Binomial Expansion Worked Examples
The binomial theorem is a powerful tool that allows us to expand expressions of the form $(x + y)^n$ for any positive integer $n$. It states that:
$(x + y)^n = \sum_{k=0}^n \binom{n}{k} x^{n-k} y^k$
where $\binom{n}{k}$ is the binomial coefficient, which represents the number of ways to choose $k$ objects from a set of $n$ objects. It is calculated as:
$\binom{n}{k} = \frac{n!}{k!(n-k)!}$
Let's look at some worked examples to understand how the binomial theorem is applied.
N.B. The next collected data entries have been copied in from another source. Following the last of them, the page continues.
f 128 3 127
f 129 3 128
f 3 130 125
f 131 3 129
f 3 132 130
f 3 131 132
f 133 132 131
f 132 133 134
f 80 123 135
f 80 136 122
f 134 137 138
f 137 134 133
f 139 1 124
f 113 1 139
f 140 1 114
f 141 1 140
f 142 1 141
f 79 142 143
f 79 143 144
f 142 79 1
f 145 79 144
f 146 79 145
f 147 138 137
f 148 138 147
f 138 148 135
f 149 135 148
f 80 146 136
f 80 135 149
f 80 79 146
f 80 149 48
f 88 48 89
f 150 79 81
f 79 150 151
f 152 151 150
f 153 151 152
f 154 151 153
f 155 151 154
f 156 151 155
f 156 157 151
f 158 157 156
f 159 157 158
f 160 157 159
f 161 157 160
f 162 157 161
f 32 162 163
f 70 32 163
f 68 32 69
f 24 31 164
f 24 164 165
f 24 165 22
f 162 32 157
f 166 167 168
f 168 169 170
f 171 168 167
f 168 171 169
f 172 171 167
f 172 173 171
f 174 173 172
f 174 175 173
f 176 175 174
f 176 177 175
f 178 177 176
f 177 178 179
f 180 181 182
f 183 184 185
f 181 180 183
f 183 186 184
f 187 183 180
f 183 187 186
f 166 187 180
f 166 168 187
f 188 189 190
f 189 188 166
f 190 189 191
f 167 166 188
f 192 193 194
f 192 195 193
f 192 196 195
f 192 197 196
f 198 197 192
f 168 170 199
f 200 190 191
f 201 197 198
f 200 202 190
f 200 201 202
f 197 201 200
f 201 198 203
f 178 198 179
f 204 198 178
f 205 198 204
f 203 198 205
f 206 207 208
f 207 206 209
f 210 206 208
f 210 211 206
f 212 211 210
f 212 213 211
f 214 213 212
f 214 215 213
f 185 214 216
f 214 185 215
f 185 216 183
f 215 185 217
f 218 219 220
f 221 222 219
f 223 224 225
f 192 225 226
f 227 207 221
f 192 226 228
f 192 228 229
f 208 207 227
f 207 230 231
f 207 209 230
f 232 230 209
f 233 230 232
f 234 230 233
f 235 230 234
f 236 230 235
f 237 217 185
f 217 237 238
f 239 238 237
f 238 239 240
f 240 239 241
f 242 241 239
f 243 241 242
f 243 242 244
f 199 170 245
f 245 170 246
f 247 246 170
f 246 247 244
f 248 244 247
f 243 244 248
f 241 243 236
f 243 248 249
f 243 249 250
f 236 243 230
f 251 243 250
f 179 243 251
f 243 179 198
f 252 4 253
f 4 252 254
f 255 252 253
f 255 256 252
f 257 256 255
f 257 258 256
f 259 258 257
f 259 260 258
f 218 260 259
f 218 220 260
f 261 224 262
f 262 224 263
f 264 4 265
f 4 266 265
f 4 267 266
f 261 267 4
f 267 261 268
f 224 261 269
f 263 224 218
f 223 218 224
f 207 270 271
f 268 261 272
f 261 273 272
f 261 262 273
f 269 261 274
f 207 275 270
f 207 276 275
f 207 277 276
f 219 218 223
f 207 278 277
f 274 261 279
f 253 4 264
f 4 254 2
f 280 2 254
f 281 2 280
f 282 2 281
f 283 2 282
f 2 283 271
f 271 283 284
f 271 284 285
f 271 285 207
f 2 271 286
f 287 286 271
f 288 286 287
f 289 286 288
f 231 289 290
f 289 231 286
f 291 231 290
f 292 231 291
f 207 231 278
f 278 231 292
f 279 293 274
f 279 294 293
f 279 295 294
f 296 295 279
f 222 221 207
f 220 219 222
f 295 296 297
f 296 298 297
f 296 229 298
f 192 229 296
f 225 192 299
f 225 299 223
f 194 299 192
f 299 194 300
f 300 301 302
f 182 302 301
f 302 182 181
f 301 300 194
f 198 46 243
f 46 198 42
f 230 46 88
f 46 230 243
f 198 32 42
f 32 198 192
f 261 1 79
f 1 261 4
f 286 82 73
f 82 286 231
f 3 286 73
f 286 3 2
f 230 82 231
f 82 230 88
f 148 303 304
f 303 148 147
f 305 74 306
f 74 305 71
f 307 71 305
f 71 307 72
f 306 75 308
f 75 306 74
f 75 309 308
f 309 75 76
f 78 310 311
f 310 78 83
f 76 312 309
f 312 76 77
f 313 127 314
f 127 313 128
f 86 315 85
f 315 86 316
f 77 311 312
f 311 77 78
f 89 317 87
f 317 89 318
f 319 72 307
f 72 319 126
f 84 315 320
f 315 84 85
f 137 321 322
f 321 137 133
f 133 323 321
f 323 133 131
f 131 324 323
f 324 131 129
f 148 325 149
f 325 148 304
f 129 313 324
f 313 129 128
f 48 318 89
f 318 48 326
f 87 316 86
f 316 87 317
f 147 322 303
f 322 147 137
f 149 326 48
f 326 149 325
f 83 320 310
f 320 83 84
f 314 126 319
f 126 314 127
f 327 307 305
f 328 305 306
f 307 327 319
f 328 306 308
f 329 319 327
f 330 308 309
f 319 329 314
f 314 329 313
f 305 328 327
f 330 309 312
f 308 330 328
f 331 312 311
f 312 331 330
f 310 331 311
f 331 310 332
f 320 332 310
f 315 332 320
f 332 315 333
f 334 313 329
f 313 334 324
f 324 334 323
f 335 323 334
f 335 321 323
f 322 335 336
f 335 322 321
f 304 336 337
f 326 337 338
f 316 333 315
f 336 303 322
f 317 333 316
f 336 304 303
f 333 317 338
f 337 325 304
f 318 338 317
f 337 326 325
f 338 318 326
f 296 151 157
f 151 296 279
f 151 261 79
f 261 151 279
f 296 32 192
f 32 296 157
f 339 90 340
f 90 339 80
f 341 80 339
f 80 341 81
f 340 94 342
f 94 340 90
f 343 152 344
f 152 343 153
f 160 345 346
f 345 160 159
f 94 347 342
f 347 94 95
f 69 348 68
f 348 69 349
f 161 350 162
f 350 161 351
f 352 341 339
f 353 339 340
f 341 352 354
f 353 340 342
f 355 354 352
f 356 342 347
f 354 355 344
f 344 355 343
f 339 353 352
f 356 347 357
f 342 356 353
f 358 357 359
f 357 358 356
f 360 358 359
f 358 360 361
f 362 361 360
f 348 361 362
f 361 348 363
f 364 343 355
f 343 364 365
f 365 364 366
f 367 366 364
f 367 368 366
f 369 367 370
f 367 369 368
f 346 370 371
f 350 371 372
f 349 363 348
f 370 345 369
Example 1: Expanding $(x + y)^3$
Using the binomial theorem, we have:
$(x + y)^3 = \binom{3}{0}x^3y^0 + \binom{3}{1}x^2y^1 + \binom{3}{2}x^1y^2 + \binom{3}{3}x^0y^3$
Now, we calculate the binomial coefficients:
- $\binom{3}{0} = \frac{3!}{0!3!} = 1$
- $\binom{3}{1} = \frac{3!}{1!2!} = 3$
- $\binom{3}{2} = \frac{3!}{2!1!} = 3$
- $\binom{3}{3} = \frac{3!}{3!0!} = 1$
Substituting these values back into the equation:
$(x + y)^3 = 1x^3 + 3x^2y + 3xy^2 + 1y^3$
Therefore, the expanded form of $(x + y)^3$ is $\boxed{x^3 + 3x^2y + 3xy^2 + y^3}$.
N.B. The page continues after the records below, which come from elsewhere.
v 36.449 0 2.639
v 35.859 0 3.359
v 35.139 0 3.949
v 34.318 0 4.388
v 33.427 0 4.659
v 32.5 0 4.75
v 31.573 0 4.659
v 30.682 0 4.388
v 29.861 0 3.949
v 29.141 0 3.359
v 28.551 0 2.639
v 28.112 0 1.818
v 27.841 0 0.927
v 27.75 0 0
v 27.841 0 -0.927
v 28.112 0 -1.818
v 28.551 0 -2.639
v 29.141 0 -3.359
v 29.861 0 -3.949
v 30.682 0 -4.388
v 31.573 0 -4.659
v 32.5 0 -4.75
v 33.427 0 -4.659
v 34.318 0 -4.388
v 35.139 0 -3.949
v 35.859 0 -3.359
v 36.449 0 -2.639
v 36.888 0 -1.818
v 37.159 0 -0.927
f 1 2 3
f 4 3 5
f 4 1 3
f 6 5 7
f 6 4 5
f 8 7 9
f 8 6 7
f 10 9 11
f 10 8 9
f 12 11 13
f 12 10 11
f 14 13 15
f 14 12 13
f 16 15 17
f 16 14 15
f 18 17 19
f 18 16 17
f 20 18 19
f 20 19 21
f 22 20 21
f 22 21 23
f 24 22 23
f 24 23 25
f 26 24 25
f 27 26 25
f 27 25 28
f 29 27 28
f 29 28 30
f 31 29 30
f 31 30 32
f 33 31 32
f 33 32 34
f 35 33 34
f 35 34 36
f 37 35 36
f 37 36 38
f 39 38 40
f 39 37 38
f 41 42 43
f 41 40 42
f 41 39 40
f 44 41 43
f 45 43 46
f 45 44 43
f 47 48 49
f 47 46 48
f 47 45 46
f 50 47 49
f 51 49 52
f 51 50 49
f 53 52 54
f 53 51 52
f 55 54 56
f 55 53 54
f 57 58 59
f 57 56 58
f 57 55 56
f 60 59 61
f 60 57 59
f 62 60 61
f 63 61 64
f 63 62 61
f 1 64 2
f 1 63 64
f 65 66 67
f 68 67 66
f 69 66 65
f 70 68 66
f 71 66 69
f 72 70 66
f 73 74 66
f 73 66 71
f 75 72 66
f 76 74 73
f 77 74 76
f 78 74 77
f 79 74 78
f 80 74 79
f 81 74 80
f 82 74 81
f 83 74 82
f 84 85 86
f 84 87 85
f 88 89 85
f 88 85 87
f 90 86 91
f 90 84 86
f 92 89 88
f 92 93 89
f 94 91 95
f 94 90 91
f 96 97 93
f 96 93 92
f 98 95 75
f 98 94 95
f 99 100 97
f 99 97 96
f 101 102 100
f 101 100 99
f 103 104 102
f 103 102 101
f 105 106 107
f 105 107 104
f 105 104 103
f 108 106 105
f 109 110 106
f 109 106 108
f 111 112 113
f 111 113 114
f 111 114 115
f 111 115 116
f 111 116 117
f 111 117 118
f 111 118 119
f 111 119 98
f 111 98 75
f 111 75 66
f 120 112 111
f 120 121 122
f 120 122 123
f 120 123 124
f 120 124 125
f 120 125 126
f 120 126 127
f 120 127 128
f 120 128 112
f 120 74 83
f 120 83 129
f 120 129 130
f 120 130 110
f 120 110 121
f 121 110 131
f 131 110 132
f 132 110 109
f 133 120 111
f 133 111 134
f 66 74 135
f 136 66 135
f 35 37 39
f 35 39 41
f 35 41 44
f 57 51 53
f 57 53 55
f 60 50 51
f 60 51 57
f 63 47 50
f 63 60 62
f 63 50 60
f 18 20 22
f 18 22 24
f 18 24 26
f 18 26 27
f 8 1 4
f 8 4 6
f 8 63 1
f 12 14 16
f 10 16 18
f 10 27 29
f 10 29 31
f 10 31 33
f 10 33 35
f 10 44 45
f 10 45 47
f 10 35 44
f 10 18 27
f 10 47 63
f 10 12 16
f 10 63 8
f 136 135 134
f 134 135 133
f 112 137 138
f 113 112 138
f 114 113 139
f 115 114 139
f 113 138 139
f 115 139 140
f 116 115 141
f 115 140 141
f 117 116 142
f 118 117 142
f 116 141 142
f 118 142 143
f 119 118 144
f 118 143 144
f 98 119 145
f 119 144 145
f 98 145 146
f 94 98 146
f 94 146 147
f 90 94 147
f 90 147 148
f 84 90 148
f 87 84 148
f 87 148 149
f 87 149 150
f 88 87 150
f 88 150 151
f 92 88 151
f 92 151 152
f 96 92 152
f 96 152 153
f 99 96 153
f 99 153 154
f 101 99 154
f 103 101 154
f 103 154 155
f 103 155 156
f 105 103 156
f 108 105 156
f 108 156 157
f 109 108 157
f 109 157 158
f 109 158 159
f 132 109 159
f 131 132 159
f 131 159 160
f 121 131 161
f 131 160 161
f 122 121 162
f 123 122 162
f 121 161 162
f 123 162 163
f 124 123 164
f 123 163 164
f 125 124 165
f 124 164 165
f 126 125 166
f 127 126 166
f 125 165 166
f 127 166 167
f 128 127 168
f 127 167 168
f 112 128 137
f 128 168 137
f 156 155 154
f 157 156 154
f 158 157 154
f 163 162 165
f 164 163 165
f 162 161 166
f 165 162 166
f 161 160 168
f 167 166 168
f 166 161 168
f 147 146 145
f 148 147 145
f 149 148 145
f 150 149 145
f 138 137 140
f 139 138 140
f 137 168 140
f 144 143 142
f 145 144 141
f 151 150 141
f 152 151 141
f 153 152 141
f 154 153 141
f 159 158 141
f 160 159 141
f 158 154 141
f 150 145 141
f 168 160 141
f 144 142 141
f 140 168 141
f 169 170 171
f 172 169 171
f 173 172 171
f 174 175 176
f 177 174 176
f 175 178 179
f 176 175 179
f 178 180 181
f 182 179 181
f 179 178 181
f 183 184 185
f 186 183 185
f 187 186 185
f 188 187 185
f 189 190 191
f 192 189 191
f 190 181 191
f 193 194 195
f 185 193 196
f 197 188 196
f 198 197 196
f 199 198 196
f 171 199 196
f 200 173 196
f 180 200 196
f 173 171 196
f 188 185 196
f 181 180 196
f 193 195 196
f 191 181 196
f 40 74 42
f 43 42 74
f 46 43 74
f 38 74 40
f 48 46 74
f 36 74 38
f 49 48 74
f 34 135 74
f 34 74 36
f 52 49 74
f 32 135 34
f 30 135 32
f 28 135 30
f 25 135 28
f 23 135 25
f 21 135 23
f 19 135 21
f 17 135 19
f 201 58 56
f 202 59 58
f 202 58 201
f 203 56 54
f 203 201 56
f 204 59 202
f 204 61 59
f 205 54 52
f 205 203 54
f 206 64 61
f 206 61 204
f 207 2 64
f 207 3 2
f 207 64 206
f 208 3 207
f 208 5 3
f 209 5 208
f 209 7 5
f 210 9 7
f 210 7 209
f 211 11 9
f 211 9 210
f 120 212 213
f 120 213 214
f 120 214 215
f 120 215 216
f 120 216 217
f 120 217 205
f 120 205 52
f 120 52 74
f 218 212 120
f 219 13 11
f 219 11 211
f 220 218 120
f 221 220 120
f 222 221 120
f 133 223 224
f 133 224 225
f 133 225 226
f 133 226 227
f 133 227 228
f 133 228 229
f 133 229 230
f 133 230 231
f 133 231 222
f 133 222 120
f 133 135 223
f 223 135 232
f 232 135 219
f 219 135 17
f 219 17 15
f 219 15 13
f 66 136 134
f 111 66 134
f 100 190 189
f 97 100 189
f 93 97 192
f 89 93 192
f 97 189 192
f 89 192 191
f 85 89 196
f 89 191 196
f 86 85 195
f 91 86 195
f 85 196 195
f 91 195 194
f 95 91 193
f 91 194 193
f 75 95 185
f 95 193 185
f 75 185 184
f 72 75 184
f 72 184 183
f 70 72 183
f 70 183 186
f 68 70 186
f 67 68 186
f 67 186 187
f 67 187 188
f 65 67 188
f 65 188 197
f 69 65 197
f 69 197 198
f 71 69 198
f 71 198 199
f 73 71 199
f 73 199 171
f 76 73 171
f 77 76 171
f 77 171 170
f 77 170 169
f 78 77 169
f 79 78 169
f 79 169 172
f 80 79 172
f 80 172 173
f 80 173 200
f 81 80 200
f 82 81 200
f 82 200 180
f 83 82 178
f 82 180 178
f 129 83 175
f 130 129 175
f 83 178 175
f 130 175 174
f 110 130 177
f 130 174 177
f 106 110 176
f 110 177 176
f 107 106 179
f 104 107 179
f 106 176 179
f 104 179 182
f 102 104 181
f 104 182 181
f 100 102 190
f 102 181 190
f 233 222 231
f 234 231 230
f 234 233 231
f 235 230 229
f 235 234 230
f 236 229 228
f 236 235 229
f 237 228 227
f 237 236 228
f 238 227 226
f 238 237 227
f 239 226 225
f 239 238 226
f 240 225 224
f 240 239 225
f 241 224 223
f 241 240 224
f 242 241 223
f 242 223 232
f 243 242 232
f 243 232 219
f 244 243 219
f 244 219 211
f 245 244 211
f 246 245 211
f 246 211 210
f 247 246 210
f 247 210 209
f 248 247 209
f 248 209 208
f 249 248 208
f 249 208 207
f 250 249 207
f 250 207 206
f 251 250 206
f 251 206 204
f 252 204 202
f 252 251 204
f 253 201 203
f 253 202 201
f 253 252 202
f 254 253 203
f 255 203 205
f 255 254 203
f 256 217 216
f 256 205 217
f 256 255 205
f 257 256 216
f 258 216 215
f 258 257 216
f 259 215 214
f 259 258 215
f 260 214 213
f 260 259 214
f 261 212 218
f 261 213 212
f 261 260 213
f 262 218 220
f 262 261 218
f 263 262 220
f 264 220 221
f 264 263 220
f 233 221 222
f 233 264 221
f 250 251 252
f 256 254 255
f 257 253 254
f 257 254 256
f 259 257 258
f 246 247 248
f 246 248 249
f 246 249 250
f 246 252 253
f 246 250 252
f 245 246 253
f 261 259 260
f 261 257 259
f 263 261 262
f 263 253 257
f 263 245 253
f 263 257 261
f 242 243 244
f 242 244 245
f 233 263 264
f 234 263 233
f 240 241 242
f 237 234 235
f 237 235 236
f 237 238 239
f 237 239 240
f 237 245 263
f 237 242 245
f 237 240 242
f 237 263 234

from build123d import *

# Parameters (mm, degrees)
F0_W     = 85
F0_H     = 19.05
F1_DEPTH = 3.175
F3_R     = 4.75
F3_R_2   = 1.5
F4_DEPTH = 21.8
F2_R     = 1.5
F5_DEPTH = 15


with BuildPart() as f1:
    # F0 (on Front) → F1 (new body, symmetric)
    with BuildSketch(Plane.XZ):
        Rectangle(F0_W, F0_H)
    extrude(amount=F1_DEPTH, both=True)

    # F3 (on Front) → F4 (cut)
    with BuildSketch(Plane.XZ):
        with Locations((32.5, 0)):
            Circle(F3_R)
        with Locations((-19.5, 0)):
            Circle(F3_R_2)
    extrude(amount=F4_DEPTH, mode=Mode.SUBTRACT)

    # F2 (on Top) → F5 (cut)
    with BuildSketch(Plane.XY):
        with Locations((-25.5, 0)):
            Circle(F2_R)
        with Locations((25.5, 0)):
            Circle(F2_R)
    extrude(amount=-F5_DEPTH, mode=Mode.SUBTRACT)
Example 2: Expanding $(2a - b)^4$
We can rewrite the expression as $(2a + (-b))^4$ and apply the binomial theorem:
$(2a - b)^4 = \binom{4}{0}(2a)^4(-b)^0 + \binom{4}{1}(2a)^3(-b)^1 + \binom{4}{2}(2a)^2(-b)^2 + \binom{4}{3}(2a)^1(-b)^3 + \binom{4}{4}(2a)^0(-b)^4$
Calculating the binomial coefficients:
- $\binom{4}{0} = 1$
- $\binom{4}{1} = 4$
- $\binom{4}{2} = 6$
- $\binom{4}{3} = 4$
- $\binom{4}{4} = 1$
Substituting these values:
$(2a - b)^4 = 1(16a^4) + 4(8a^3)(-b) + 6(4a^2)(b^2) + 4(2a)(-b^3) + 1(b^4)$
Therefore, the expanded form of $(2a - b)^4$ is $\boxed{16a^4 - 32a^3b + 24a^2b^2 - 8ab^3 + b^4}$.
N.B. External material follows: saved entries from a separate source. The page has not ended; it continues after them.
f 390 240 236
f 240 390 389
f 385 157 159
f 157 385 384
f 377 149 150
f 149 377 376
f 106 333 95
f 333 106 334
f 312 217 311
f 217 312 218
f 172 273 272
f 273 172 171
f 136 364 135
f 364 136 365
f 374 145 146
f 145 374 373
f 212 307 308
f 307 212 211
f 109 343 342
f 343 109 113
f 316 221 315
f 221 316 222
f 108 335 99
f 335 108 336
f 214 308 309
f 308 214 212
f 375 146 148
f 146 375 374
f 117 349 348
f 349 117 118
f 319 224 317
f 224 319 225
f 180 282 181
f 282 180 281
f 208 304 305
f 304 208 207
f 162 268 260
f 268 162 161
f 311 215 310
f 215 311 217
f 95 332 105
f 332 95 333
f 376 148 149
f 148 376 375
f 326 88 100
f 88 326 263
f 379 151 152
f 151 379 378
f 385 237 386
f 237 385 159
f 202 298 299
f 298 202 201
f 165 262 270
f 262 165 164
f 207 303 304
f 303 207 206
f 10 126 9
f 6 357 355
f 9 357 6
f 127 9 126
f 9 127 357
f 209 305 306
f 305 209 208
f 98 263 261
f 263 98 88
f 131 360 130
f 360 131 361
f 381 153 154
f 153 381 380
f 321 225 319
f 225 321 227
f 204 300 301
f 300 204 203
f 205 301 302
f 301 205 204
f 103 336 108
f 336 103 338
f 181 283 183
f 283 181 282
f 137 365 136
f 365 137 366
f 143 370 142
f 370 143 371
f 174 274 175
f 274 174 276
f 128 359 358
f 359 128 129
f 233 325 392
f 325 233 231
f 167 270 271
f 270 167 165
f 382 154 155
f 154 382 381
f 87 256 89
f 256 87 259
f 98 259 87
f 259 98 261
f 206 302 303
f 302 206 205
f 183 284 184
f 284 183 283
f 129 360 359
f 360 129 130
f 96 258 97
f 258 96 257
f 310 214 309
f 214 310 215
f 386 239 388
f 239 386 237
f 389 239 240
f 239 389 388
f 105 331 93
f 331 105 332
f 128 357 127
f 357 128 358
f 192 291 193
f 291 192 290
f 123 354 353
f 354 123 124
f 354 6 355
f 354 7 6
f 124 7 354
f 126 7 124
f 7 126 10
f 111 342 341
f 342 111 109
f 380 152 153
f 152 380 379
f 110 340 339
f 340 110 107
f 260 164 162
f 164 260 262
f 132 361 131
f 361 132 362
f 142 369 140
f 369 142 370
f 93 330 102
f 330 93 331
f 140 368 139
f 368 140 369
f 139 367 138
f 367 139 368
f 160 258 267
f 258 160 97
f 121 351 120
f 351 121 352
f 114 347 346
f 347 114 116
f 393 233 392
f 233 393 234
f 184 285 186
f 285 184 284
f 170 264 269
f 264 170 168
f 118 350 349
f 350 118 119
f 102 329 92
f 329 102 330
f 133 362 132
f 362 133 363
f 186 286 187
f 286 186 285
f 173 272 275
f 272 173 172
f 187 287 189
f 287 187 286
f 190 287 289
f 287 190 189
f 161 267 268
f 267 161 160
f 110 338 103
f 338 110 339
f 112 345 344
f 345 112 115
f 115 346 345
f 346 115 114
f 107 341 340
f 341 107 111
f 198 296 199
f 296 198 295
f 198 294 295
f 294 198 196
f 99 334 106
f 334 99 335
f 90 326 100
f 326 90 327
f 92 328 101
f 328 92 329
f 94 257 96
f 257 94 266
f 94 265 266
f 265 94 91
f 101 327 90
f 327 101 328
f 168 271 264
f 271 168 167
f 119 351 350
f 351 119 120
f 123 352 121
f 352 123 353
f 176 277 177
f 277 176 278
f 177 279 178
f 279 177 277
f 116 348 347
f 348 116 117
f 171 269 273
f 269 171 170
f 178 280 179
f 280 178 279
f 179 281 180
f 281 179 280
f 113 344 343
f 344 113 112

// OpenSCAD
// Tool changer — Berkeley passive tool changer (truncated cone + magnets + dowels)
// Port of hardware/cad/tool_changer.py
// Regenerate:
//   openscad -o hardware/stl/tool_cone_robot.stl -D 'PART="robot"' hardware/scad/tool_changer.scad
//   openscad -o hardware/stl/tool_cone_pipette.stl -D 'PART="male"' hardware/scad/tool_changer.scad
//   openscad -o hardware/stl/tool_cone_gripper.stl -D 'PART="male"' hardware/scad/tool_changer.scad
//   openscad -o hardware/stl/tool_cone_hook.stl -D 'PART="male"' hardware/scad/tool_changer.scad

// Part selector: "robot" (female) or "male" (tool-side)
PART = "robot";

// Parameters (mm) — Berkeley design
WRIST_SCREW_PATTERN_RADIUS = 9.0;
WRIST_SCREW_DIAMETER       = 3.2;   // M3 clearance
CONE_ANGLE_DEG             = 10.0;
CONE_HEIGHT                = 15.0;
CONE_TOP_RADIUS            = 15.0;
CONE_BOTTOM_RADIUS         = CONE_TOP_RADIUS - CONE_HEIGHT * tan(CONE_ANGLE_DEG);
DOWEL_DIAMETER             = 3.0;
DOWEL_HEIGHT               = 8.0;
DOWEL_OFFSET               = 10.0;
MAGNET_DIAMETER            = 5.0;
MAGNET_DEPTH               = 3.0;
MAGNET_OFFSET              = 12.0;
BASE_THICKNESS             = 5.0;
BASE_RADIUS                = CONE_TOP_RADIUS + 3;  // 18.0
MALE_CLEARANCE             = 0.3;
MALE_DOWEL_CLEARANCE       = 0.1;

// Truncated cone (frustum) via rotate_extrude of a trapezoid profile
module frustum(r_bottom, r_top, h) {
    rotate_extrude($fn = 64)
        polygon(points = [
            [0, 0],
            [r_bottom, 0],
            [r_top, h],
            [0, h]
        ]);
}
Example 3: Finding a specific term in the expansion
Let's find the term containing $x^5$ in the expansion of $(2x - 3)^8$.
Using the binomial theorem, the general term in the expansion is:
$\binom{8}{k}(2x)^{8-k}(-3)^k$
We want the term where $8-k = 5$, which means $k=3$.
Substituting $k = 3$ into the general term:
$\binom{8}{3}(2x)^5(-3)^3 = 56(32x^5)(-27) = \boxed{-48384x^5}$
Therefore, the term containing $x^5$ in the expansion of $(2x - 3)^8$ is $-48384x^5$.
These examples demonstrate the application of the binomial theorem in expanding binomial expressions and finding specific terms within those expansions. Remember to pay attention to the signs and coefficients when applying the theorem, and practice will help you become more comfortable with the process.